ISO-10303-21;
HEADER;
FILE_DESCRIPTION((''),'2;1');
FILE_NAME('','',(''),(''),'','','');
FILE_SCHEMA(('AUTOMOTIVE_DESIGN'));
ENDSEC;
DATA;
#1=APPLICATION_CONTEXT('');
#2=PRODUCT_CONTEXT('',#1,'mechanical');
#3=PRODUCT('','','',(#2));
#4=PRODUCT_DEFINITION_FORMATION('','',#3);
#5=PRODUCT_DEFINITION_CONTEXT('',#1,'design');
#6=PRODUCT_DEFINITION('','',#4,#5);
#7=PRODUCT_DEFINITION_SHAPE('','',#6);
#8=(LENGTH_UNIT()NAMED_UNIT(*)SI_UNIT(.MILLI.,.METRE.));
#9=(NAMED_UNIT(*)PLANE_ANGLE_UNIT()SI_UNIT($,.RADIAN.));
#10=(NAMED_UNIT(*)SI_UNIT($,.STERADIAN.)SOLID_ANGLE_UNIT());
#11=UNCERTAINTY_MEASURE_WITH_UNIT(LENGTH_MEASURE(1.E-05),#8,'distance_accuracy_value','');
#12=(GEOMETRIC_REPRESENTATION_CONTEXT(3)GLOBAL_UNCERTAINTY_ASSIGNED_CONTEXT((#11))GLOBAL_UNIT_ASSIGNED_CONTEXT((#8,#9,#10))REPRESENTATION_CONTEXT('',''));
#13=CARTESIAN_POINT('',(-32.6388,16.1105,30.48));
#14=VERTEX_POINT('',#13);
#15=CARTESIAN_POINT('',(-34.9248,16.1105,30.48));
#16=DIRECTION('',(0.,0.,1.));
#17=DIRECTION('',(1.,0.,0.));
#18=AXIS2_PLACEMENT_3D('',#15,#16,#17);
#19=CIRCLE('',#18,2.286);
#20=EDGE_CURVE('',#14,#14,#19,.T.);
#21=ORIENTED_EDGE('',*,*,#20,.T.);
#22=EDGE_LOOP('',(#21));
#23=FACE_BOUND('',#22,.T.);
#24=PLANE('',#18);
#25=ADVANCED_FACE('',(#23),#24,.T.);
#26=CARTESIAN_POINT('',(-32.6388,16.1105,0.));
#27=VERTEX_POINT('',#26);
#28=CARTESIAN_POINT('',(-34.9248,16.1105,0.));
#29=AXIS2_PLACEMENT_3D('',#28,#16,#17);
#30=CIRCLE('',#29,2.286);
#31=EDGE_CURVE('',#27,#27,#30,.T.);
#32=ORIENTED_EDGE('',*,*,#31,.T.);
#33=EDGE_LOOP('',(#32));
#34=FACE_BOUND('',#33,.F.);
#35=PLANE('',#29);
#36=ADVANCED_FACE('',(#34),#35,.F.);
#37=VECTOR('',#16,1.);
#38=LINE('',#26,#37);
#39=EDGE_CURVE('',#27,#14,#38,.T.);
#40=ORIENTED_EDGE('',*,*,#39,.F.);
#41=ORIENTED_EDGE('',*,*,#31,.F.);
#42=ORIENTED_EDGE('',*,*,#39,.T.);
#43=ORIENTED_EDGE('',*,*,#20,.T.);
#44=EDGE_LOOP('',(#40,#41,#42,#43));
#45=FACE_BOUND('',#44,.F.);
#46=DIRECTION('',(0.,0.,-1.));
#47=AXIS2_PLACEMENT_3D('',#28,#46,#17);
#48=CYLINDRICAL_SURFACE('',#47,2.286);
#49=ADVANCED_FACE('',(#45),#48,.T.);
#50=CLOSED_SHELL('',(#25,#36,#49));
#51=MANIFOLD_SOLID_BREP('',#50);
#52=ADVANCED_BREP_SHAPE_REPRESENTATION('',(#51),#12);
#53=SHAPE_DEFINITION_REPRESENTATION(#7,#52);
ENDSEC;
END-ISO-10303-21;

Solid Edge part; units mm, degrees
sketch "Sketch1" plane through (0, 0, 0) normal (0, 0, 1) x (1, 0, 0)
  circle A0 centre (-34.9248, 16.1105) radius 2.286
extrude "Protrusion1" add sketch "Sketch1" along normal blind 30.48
□ □ □
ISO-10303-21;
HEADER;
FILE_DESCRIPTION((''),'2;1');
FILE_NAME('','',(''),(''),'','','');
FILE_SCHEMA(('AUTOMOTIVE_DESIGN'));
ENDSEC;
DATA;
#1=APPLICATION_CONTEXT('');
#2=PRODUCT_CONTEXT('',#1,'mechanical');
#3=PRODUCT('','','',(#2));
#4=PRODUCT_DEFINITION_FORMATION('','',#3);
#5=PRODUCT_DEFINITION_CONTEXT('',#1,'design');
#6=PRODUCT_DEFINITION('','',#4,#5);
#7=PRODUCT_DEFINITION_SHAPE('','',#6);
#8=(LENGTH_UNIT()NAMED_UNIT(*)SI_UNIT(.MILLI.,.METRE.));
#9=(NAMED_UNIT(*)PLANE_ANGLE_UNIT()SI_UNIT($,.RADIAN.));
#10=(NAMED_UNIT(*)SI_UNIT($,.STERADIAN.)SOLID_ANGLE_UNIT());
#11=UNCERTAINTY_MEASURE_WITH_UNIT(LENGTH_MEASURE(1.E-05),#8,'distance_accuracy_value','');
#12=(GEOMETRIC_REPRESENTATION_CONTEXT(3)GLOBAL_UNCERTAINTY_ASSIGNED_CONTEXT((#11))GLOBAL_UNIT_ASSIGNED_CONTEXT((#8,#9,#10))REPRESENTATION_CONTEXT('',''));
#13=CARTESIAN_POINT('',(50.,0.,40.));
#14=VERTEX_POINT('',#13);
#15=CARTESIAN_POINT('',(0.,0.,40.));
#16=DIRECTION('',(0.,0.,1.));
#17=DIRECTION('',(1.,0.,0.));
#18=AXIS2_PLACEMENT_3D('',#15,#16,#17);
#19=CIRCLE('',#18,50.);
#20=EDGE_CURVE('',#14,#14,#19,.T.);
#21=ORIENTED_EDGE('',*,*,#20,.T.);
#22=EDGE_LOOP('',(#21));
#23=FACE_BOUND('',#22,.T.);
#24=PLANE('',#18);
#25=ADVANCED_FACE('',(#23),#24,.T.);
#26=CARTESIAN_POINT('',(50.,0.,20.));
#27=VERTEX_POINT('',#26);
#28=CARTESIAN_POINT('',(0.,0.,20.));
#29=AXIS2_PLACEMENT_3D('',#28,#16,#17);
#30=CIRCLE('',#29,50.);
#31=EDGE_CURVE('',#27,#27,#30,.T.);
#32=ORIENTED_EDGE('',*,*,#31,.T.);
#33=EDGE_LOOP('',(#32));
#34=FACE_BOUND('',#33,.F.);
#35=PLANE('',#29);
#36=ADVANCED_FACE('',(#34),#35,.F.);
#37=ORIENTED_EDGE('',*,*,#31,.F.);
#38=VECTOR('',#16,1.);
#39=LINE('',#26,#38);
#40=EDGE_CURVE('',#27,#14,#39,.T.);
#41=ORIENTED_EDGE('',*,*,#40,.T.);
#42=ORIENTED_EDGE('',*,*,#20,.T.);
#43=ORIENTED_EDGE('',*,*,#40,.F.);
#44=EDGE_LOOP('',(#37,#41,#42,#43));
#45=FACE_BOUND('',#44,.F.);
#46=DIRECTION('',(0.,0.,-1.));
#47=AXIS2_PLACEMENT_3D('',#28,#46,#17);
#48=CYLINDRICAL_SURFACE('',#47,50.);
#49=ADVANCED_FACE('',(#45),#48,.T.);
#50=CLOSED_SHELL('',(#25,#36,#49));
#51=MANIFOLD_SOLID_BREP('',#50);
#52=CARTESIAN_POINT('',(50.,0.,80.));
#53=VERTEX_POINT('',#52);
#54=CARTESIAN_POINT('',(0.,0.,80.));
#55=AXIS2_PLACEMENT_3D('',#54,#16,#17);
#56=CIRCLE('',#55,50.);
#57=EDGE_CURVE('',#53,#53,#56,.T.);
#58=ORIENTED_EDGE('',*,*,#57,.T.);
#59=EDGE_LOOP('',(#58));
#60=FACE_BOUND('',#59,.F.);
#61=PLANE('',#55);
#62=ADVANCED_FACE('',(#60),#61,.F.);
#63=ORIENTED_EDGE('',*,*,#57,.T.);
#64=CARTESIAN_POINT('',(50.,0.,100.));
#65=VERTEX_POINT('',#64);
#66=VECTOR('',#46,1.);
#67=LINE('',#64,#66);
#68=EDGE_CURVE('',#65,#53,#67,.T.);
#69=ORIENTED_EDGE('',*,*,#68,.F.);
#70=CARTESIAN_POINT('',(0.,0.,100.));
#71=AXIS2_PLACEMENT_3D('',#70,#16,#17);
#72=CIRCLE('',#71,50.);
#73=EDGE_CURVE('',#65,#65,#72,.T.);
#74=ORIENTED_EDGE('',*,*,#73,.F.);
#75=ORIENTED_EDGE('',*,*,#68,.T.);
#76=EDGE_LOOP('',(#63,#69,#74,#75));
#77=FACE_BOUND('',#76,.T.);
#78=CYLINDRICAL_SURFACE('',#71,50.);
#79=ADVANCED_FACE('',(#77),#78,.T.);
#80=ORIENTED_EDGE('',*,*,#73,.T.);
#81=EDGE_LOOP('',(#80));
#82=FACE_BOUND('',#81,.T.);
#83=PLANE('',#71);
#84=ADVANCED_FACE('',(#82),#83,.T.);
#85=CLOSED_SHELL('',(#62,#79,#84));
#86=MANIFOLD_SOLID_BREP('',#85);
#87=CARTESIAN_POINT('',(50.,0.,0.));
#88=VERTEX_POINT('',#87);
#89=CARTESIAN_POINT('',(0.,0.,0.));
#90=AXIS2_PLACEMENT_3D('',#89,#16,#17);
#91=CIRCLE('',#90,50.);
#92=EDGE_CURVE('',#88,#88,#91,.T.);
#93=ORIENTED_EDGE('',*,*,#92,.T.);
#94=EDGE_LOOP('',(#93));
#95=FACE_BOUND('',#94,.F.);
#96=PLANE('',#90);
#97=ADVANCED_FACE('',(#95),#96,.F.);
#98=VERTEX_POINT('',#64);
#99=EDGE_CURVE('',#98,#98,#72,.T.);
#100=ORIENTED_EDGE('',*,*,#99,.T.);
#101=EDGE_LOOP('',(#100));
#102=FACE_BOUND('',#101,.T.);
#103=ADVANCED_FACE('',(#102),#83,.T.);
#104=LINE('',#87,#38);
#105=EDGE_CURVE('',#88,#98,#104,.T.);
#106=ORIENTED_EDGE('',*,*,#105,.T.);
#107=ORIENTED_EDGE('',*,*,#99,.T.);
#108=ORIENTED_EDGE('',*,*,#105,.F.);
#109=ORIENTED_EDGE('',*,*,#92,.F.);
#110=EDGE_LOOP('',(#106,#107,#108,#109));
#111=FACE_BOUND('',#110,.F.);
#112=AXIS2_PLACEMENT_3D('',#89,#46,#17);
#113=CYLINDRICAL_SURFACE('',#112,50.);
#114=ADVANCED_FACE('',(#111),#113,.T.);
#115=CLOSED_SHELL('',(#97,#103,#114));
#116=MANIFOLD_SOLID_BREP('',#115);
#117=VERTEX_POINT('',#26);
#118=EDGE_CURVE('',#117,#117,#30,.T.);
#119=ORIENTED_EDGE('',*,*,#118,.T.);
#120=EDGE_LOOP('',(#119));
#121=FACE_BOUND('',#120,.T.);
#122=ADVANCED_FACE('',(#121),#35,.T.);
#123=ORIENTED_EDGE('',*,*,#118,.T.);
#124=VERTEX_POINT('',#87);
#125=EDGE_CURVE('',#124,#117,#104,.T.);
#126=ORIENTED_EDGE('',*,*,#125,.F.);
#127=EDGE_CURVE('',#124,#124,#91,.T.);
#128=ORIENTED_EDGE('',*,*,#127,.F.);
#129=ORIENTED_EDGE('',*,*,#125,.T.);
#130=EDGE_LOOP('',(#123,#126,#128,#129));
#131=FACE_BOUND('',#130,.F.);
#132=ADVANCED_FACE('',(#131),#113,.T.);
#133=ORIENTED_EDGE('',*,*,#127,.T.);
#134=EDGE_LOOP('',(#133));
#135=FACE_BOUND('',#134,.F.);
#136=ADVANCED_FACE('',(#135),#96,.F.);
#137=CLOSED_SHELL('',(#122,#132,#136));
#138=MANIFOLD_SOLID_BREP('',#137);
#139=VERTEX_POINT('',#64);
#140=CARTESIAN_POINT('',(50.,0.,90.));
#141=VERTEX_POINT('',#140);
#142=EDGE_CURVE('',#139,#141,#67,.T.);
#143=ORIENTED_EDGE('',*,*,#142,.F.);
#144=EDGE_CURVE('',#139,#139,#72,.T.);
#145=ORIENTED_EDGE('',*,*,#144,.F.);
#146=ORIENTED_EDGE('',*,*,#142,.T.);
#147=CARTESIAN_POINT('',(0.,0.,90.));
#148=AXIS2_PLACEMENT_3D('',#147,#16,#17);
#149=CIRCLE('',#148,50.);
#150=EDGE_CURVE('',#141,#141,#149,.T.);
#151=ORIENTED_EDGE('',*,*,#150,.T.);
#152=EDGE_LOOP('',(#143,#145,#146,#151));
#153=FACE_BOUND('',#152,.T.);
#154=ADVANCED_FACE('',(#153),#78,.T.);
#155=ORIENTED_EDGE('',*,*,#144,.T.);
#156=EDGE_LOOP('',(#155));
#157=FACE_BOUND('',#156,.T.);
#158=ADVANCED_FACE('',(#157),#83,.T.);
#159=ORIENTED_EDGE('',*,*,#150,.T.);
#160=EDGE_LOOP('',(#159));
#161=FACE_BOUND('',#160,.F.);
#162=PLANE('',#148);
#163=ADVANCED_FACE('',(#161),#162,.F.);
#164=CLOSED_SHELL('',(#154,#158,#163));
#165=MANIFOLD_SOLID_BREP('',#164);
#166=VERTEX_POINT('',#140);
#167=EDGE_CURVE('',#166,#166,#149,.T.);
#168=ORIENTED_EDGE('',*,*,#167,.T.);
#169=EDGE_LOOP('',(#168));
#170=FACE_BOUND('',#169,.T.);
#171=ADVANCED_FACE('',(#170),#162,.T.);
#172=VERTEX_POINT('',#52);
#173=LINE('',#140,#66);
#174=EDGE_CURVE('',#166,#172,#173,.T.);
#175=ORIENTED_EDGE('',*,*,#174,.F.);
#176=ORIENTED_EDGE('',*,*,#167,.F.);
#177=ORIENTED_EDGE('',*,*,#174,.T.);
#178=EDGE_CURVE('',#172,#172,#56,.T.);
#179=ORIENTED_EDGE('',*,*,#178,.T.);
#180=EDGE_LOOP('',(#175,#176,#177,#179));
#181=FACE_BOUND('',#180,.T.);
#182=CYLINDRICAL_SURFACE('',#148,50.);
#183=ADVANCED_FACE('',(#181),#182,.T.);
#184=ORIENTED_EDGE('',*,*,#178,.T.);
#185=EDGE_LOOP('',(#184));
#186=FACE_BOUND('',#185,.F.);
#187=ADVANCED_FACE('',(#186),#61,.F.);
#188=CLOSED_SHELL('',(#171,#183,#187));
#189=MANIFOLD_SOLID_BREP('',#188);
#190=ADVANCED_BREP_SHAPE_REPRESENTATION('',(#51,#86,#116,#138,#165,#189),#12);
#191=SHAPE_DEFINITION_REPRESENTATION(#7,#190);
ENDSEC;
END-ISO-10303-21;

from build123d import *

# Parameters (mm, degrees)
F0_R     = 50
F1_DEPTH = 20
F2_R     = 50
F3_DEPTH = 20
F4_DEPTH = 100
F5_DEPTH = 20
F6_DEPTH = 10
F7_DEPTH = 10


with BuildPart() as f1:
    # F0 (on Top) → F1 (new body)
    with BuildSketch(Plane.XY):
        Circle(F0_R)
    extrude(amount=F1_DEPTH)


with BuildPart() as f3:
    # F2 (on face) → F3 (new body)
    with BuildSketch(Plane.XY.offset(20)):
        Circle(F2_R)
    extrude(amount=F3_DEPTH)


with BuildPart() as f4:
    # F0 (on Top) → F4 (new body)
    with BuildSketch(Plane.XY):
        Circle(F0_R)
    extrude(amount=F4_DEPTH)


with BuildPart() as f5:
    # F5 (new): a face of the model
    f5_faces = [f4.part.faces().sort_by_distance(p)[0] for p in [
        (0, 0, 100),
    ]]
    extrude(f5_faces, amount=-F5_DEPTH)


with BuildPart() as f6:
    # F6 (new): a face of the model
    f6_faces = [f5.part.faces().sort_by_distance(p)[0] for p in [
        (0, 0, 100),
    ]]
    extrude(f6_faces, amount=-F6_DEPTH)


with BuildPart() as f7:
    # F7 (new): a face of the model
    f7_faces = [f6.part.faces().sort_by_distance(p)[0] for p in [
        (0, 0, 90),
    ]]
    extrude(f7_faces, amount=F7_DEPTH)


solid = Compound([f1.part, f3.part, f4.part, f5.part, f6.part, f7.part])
□ □ □
Scan the records for the word "VECTOR". Copy each line where it turns up.

RESPONSE TO THIS TASK:
#37=VECTOR('',#16,1.);
#38=VECTOR('',#16,1.);
#66=VECTOR('',#46,1.);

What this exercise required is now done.